MATERIAL PROVIDED:
__________________________________________________
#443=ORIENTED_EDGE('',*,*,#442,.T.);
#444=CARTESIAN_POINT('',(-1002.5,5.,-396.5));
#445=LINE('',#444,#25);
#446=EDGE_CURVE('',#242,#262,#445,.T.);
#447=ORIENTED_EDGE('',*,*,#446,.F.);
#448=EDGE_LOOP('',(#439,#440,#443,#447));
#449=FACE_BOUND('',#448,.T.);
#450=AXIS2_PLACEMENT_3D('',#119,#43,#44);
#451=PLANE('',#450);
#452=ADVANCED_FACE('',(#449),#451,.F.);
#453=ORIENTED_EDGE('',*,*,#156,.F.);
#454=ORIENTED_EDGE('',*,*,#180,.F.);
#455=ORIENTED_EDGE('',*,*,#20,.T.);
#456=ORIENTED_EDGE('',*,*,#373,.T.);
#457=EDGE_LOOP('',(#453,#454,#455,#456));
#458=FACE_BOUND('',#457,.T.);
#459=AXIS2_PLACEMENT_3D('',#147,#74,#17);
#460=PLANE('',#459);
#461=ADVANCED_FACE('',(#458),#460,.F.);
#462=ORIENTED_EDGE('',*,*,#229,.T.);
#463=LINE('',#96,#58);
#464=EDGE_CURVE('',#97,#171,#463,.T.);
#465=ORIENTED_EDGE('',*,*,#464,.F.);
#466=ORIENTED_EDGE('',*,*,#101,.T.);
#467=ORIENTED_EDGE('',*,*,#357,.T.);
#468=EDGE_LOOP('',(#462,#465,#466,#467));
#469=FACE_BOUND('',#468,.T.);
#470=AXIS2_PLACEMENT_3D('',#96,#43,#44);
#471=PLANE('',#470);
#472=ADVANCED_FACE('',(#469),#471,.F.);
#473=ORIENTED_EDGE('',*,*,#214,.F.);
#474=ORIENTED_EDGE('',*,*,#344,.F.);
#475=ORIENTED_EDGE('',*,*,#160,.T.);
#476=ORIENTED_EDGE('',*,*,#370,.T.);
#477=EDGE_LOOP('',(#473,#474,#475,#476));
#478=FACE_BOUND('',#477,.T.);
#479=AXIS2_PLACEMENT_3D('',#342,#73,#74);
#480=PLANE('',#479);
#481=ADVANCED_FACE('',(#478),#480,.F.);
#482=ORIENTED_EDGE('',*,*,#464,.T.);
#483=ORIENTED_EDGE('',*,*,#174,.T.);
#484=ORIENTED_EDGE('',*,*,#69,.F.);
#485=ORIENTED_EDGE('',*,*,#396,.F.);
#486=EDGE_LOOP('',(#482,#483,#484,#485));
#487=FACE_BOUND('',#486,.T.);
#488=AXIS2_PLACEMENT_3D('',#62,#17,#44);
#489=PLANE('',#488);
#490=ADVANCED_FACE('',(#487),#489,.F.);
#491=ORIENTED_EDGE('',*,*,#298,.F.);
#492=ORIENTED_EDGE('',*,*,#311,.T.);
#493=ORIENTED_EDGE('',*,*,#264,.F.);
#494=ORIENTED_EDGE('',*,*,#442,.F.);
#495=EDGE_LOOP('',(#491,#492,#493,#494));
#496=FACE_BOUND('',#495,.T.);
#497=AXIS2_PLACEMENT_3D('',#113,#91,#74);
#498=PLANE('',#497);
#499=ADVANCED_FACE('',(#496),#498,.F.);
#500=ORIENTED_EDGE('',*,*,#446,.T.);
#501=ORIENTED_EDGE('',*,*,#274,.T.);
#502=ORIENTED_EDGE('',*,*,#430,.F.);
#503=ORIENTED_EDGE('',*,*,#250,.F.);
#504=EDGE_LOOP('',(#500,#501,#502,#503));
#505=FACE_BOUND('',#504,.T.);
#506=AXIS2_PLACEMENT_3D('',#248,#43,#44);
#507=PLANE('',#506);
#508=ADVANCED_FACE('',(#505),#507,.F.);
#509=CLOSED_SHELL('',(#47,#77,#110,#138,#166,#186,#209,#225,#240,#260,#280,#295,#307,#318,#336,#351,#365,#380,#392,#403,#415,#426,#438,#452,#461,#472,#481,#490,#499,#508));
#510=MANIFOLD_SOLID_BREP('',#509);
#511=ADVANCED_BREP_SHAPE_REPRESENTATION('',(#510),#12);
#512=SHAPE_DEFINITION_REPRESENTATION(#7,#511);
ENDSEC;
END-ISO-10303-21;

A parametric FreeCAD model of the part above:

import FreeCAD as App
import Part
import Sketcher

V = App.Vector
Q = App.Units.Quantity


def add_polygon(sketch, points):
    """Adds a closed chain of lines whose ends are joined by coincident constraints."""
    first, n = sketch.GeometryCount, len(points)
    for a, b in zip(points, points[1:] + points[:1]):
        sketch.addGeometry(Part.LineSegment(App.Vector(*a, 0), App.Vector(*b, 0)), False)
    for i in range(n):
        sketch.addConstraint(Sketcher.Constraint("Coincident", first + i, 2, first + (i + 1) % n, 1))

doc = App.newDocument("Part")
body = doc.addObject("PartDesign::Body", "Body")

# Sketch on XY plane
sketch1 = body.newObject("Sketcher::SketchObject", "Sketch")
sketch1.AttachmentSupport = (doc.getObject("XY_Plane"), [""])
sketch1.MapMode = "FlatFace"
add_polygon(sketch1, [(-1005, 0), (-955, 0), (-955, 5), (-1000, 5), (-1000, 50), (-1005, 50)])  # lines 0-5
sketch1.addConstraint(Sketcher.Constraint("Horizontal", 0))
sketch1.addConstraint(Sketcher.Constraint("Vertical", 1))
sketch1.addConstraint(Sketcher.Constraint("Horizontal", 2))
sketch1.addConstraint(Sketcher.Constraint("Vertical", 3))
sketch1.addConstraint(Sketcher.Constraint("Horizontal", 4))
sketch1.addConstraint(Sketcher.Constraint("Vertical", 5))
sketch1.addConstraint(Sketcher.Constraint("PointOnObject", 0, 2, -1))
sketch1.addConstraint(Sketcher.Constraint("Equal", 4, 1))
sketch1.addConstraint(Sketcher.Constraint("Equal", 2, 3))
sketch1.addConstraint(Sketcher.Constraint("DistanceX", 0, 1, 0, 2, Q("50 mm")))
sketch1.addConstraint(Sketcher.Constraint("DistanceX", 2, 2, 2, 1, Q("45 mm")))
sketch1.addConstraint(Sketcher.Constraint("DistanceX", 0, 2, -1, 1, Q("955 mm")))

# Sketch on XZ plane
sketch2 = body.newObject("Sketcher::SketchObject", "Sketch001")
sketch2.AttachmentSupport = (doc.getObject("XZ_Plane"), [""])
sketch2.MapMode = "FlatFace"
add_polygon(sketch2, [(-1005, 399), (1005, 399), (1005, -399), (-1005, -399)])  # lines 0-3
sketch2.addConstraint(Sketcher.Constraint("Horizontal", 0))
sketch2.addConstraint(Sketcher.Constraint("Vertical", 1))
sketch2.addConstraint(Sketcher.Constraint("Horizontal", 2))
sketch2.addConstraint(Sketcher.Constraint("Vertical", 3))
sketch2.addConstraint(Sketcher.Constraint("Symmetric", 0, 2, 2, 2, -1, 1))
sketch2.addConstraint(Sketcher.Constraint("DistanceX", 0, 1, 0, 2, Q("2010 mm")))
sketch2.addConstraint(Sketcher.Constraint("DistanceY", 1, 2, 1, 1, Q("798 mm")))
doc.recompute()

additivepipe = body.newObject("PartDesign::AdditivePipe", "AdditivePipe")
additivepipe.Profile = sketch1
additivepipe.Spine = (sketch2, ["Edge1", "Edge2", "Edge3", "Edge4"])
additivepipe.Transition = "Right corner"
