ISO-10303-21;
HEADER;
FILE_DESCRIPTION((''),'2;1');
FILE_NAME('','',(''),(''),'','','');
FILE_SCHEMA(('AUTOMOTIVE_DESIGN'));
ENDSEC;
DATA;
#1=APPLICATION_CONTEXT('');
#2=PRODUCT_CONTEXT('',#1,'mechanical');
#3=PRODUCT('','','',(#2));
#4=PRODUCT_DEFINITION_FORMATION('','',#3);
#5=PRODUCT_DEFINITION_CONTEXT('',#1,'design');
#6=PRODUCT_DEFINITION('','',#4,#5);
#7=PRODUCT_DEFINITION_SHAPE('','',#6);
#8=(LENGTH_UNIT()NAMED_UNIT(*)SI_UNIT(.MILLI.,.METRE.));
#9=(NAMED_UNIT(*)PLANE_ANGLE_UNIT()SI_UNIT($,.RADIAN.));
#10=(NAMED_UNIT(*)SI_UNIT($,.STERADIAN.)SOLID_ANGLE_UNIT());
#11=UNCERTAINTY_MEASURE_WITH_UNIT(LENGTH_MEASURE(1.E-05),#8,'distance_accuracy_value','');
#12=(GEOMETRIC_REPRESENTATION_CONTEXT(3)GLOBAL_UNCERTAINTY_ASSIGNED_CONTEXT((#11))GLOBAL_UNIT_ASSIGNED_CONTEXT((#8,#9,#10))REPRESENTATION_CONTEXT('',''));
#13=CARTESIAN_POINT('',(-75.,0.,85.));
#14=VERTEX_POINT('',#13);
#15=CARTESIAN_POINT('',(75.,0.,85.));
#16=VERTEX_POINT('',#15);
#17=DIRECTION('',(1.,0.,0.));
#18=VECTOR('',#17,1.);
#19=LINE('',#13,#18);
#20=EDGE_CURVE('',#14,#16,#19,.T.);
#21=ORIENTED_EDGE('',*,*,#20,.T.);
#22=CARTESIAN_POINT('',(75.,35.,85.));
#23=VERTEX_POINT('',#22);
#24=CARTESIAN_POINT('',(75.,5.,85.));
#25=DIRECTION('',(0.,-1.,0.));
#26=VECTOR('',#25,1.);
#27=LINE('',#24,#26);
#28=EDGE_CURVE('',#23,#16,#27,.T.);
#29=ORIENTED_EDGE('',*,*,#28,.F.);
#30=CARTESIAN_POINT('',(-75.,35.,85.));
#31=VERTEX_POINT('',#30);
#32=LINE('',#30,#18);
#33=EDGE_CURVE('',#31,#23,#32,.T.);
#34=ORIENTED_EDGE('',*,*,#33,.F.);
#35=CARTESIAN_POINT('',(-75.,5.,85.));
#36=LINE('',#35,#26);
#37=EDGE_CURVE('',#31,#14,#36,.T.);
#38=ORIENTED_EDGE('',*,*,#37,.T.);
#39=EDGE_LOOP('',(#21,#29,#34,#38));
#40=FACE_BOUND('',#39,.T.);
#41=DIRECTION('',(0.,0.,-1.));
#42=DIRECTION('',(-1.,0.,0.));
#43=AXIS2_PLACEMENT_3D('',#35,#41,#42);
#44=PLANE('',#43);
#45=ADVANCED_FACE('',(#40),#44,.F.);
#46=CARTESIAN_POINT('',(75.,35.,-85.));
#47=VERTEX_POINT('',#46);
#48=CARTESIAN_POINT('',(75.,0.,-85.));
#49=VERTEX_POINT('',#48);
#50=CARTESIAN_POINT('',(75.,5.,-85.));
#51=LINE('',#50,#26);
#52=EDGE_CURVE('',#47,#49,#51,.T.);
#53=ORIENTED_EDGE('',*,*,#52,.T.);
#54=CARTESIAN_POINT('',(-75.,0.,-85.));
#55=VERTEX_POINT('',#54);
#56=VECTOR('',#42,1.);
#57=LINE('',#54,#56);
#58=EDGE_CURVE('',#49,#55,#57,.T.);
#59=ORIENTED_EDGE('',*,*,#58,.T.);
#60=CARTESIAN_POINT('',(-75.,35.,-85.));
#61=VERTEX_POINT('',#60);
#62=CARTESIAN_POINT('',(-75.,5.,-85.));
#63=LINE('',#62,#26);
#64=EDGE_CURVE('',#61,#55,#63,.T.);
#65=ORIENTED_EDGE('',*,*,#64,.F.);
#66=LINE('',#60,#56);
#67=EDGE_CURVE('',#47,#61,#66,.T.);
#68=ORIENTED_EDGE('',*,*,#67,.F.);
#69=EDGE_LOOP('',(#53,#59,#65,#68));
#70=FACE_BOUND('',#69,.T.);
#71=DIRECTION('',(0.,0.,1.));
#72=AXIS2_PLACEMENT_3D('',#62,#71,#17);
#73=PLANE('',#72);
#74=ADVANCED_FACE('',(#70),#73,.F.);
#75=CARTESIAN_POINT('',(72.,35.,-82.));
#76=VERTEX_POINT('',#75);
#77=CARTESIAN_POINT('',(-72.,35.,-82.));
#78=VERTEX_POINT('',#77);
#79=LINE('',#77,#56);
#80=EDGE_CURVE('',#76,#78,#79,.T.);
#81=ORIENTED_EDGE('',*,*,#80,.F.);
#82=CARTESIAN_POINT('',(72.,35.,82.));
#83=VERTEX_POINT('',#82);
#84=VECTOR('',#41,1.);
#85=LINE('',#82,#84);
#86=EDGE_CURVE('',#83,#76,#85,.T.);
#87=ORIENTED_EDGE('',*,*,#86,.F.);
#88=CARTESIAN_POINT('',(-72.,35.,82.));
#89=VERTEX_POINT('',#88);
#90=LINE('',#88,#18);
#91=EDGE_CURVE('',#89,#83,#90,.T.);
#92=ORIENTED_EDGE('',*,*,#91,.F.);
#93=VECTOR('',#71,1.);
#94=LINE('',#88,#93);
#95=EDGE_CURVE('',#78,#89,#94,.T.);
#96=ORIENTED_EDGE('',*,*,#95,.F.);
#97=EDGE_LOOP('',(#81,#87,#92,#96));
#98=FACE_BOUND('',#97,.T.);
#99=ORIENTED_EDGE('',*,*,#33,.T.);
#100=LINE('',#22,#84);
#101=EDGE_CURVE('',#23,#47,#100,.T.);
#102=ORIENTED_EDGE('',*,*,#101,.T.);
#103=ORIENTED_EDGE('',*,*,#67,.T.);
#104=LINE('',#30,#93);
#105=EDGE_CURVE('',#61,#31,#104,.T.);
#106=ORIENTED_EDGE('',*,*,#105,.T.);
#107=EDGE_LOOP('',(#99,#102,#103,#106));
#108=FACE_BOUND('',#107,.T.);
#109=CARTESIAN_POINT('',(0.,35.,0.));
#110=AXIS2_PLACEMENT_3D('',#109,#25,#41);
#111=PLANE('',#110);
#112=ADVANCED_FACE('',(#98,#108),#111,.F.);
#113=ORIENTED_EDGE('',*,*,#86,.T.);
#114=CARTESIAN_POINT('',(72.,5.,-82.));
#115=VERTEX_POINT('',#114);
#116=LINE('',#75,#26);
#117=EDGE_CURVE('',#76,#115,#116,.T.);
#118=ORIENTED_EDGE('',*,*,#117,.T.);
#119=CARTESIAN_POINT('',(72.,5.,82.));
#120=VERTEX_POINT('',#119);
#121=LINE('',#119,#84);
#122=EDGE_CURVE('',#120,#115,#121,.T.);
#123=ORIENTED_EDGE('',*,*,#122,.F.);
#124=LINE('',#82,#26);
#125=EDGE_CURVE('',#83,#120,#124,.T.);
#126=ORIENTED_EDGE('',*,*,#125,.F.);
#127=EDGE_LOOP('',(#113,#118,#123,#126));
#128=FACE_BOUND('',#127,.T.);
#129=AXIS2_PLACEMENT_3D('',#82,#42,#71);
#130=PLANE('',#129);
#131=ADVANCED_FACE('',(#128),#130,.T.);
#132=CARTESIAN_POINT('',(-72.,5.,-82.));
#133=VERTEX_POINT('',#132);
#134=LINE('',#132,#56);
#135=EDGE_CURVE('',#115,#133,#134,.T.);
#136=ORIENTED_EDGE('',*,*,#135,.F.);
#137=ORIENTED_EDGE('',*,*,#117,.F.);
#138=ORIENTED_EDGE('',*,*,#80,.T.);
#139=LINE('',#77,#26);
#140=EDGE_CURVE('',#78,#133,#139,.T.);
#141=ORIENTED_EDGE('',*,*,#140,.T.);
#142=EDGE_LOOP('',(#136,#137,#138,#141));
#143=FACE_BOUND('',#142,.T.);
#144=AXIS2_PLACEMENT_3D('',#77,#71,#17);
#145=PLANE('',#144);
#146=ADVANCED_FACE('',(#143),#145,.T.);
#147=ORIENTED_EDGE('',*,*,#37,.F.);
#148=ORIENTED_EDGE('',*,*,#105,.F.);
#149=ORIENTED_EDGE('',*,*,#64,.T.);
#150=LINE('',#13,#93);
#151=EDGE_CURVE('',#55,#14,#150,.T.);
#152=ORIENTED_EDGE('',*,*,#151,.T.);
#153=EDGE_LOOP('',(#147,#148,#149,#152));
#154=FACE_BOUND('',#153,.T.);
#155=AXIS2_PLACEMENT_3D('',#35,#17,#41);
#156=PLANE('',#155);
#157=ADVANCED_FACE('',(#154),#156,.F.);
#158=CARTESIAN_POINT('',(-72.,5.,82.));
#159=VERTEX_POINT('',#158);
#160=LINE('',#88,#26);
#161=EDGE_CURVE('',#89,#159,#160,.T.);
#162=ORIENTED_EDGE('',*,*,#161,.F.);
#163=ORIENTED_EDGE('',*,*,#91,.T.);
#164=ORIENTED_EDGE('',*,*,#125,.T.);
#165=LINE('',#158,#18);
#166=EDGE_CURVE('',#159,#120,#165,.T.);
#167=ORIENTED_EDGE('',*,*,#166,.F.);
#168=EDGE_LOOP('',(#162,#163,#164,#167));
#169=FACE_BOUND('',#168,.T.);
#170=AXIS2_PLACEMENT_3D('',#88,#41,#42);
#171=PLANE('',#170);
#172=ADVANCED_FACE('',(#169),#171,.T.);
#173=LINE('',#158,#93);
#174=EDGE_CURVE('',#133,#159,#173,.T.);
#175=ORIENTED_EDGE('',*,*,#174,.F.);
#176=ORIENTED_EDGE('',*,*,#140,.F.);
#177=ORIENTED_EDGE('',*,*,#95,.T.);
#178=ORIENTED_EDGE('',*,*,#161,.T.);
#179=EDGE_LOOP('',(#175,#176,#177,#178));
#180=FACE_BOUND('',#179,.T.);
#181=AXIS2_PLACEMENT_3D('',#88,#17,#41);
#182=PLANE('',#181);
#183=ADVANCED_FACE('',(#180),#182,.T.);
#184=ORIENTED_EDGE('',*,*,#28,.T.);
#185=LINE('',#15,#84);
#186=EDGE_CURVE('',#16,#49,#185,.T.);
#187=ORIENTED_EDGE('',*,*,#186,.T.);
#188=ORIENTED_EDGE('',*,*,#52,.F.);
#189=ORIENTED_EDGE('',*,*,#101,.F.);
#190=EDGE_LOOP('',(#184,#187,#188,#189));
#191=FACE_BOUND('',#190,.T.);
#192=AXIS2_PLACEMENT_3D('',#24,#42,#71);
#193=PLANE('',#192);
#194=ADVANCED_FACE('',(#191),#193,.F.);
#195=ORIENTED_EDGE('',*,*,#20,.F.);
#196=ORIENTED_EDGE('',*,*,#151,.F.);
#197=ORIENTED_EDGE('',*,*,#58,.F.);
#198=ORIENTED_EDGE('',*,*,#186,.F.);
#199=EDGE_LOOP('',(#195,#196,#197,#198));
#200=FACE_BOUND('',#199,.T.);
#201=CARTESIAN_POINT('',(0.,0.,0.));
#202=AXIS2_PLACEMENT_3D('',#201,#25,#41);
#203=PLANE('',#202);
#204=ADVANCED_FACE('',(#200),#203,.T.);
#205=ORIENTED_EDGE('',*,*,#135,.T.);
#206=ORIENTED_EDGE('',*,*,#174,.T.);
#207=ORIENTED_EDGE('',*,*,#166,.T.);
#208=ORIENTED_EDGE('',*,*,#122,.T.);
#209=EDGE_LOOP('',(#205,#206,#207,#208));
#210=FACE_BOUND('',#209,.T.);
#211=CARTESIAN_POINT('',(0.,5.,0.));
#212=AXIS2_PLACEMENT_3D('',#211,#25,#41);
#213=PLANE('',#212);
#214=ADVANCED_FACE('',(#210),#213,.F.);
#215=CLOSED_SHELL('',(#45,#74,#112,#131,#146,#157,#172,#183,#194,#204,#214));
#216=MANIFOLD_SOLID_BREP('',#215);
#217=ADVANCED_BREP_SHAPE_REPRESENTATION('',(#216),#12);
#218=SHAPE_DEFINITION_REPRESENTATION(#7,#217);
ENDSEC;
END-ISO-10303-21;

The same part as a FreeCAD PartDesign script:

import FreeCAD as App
import Part
import Sketcher
Q = App.Units.Quantity

doc = App.newDocument("Part")
params = doc.addObject("Spreadsheet::Sheet", "Params")
for row, (alias, value) in enumerate([
    ("sketch1_width", "150 mm"),
    ("sketch1_height", "170 mm"),
    ("pad1_length", "5 mm"),
    ("sketch2_width", "150 mm"),
    ("sketch2_width2", "144 mm"),
    ("sketch2_height", "170 mm"),
    ("sketch2_height2", "164 mm"),
    ("pad2_length", "30 mm"),
], start=1):
    params.set(f"A{row}", alias)
    params.set(f"B{row}", "=" + value)
    params.setAlias(f"B{row}", alias)

body = doc.addObject("PartDesign::Body", "Body")

# Sketch on XZ plane
sketch1 = doc.addObject("Sketcher::SketchObject", "Sketch")
body.addObject(sketch1)
sketch1.AttachmentSupport = (doc.XZ_Plane, [""])
sketch1.MapMode = "FlatFace"
sketch1.addGeometry(Part.LineSegment(App.Vector(-75, -85, 0), App.Vector(-75, 85, 0)), False)
sketch1.addGeometry(Part.LineSegment(App.Vector(-75, 85, 0), App.Vector(75, 85, 0)), False)
sketch1.addGeometry(Part.LineSegment(App.Vector(75, 85, 0), App.Vector(75, -85, 0)), False)
sketch1.addGeometry(Part.LineSegment(App.Vector(75, -85, 0), App.Vector(-75, -85, 0)), False)
sketch1.addConstraint(Sketcher.Constraint("Coincident", 0, 2, 1, 1))
sketch1.addConstraint(Sketcher.Constraint("Coincident", 1, 2, 2, 1))
sketch1.addConstraint(Sketcher.Constraint("Coincident", 2, 2, 3, 1))
sketch1.addConstraint(Sketcher.Constraint("Coincident", 3, 2, 0, 1))
sketch1.addConstraint(Sketcher.Constraint("Vertical", 0))
sketch1.addConstraint(Sketcher.Constraint("Horizontal", 1))
sketch1.addConstraint(Sketcher.Constraint("Vertical", 2))
sketch1.addConstraint(Sketcher.Constraint("Horizontal", 3))
sketch1.addConstraint(Sketcher.Constraint("Symmetric", 0, 2, 2, 2, -1, 1))
sketch1.addConstraint(Sketcher.Constraint("DistanceX", 1, 1, 1, 2, Q("150 mm")))
sketch1.addConstraint(Sketcher.Constraint("DistanceY", 0, 1, 0, 2, Q("170 mm")))
sketch1.setExpression("Constraints[9]", "Params.sketch1_width")
sketch1.setExpression("Constraints[10]", "Params.sketch1_height")
pad1 = doc.addObject("PartDesign::Pad", "Pad")
body.addObject(pad1)
pad1.Profile = sketch1
pad1.setExpression("Length", "Params.pad1_length")
pad1.Reversed = True

# Sketch on XZ plane
sketch2 = doc.addObject("Sketcher::SketchObject", "Sketch001")
body.addObject(sketch2)
sketch2.AttachmentSupport = (doc.XZ_Plane, [""])
sketch2.MapMode = "FlatFace"
sketch2.AttachmentOffset = App.Placement(App.Vector(0, 0, -5), App.Rotation())
sketch2.addGeometry(Part.LineSegment(App.Vector(-75, -85, 0), App.Vector(-75, 85, 0)), False)
sketch2.addGeometry(Part.LineSegment(App.Vector(-75, 85, 0), App.Vector(75, 85, 0)), False)
sketch2.addGeometry(Part.LineSegment(App.Vector(75, 85, 0), App.Vector(75, -85, 0)), False)
sketch2.addGeometry(Part.LineSegment(App.Vector(75, -85, 0), App.Vector(-75, -85, 0)), False)
sketch2.addGeometry(Part.LineSegment(App.Vector(72, 82, 0), App.Vector(-72, 82, 0)), False)
sketch2.addGeometry(Part.LineSegment(App.Vector(-72, 82, 0), App.Vector(-72, -82, 0)), False)
sketch2.addGeometry(Part.LineSegment(App.Vector(-72, -82, 0), App.Vector(72, -82, 0)), False)
sketch2.addGeometry(Part.LineSegment(App.Vector(72, -82, 0), App.Vector(72, 82, 0)), False)
sketch2.addConstraint(Sketcher.Constraint("Coincident", 0, 2, 1, 1))
sketch2.addConstraint(Sketcher.Constraint("Coincident", 1, 2, 2, 1))
sketch2.addConstraint(Sketcher.Constraint("Coincident", 2, 2, 3, 1))
sketch2.addConstraint(Sketcher.Constraint("Coincident", 3, 2, 0, 1))
sketch2.addConstraint(Sketcher.Constraint("Coincident", 4, 2, 5, 1))
sketch2.addConstraint(Sketcher.Constraint("Coincident", 5, 2, 6, 1))
sketch2.addConstraint(Sketcher.Constraint("Coincident", 6, 2, 7, 1))
sketch2.addConstraint(Sketcher.Constraint("Coincident", 7, 2, 4, 1))
sketch2.addConstraint(Sketcher.Constraint("Vertical", 0))
sketch2.addConstraint(Sketcher.Constraint("Horizontal", 1))
sketch2.addConstraint(Sketcher.Constraint("Vertical", 2))
sketch2.addConstraint(Sketcher.Constraint("Horizontal", 3))
sketch2.addConstraint(Sketcher.Constraint("Horizontal", 4))
sketch2.addConstraint(Sketcher.Constraint("Vertical", 5))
__________________________________________________
TASK REQUIREMENTS:
From the first line of the records to the line containing "#507=PLANE('',#506);", inclusive, transcribe everything exactly and leave out the rest.

SOLUTION TO THIS TASK:
#443=ORIENTED_EDGE('',*,*,#442,.T.);
#444=CARTESIAN_POINT('',(-1002.5,5.,-396.5));
#445=LINE('',#444,#25);
#446=EDGE_CURVE('',#242,#262,#445,.T.);
#447=ORIENTED_EDGE('',*,*,#446,.F.);
#448=EDGE_LOOP('',(#439,#440,#443,#447));
#449=FACE_BOUND('',#448,.T.);
#450=AXIS2_PLACEMENT_3D('',#119,#43,#44);
#451=PLANE('',#450);
#452=ADVANCED_FACE('',(#449),#451,.F.);
#453=ORIENTED_EDGE('',*,*,#156,.F.);
#454=ORIENTED_EDGE('',*,*,#180,.F.);
#455=ORIENTED_EDGE('',*,*,#20,.T.);
#456=ORIENTED_EDGE('',*,*,#373,.T.);
#457=EDGE_LOOP('',(#453,#454,#455,#456));
#458=FACE_BOUND('',#457,.T.);
#459=AXIS2_PLACEMENT_3D('',#147,#74,#17);
#460=PLANE('',#459);
#461=ADVANCED_FACE('',(#458),#460,.F.);
#462=ORIENTED_EDGE('',*,*,#229,.T.);
#463=LINE('',#96,#58);
#464=EDGE_CURVE('',#97,#171,#463,.T.);
#465=ORIENTED_EDGE('',*,*,#464,.F.);
#466=ORIENTED_EDGE('',*,*,#101,.T.);
#467=ORIENTED_EDGE('',*,*,#357,.T.);
#468=EDGE_LOOP('',(#462,#465,#466,#467));
#469=FACE_BOUND('',#468,.T.);
#470=AXIS2_PLACEMENT_3D('',#96,#43,#44);
#471=PLANE('',#470);
#472=ADVANCED_FACE('',(#469),#471,.F.);
#473=ORIENTED_EDGE('',*,*,#214,.F.);
#474=ORIENTED_EDGE('',*,*,#344,.F.);
#475=ORIENTED_EDGE('',*,*,#160,.T.);
#476=ORIENTED_EDGE('',*,*,#370,.T.);
#477=EDGE_LOOP('',(#473,#474,#475,#476));
#478=FACE_BOUND('',#477,.T.);
#479=AXIS2_PLACEMENT_3D('',#342,#73,#74);
#480=PLANE('',#479);
#481=ADVANCED_FACE('',(#478),#480,.F.);
#482=ORIENTED_EDGE('',*,*,#464,.T.);
#483=ORIENTED_EDGE('',*,*,#174,.T.);
#484=ORIENTED_EDGE('',*,*,#69,.F.);
#485=ORIENTED_EDGE('',*,*,#396,.F.);
#486=EDGE_LOOP('',(#482,#483,#484,#485));
#487=FACE_BOUND('',#486,.T.);
#488=AXIS2_PLACEMENT_3D('',#62,#17,#44);
#489=PLANE('',#488);
#490=ADVANCED_FACE('',(#487),#489,.F.);
#491=ORIENTED_EDGE('',*,*,#298,.F.);
#492=ORIENTED_EDGE('',*,*,#311,.T.);
#493=ORIENTED_EDGE('',*,*,#264,.F.);
#494=ORIENTED_EDGE('',*,*,#442,.F.);
#495=EDGE_LOOP('',(#491,#492,#493,#494));
#496=FACE_BOUND('',#495,.T.);
#497=AXIS2_PLACEMENT_3D('',#113,#91,#74);
#498=PLANE('',#497);
#499=ADVANCED_FACE('',(#496),#498,.F.);
#500=ORIENTED_EDGE('',*,*,#446,.T.);
#501=ORIENTED_EDGE('',*,*,#274,.T.);
#502=ORIENTED_EDGE('',*,*,#430,.F.);
#503=ORIENTED_EDGE('',*,*,#250,.F.);
#504=EDGE_LOOP('',(#500,#501,#502,#503));
#505=FACE_BOUND('',#504,.T.);
#506=AXIS2_PLACEMENT_3D('',#248,#43,#44);
#507=PLANE('',#506);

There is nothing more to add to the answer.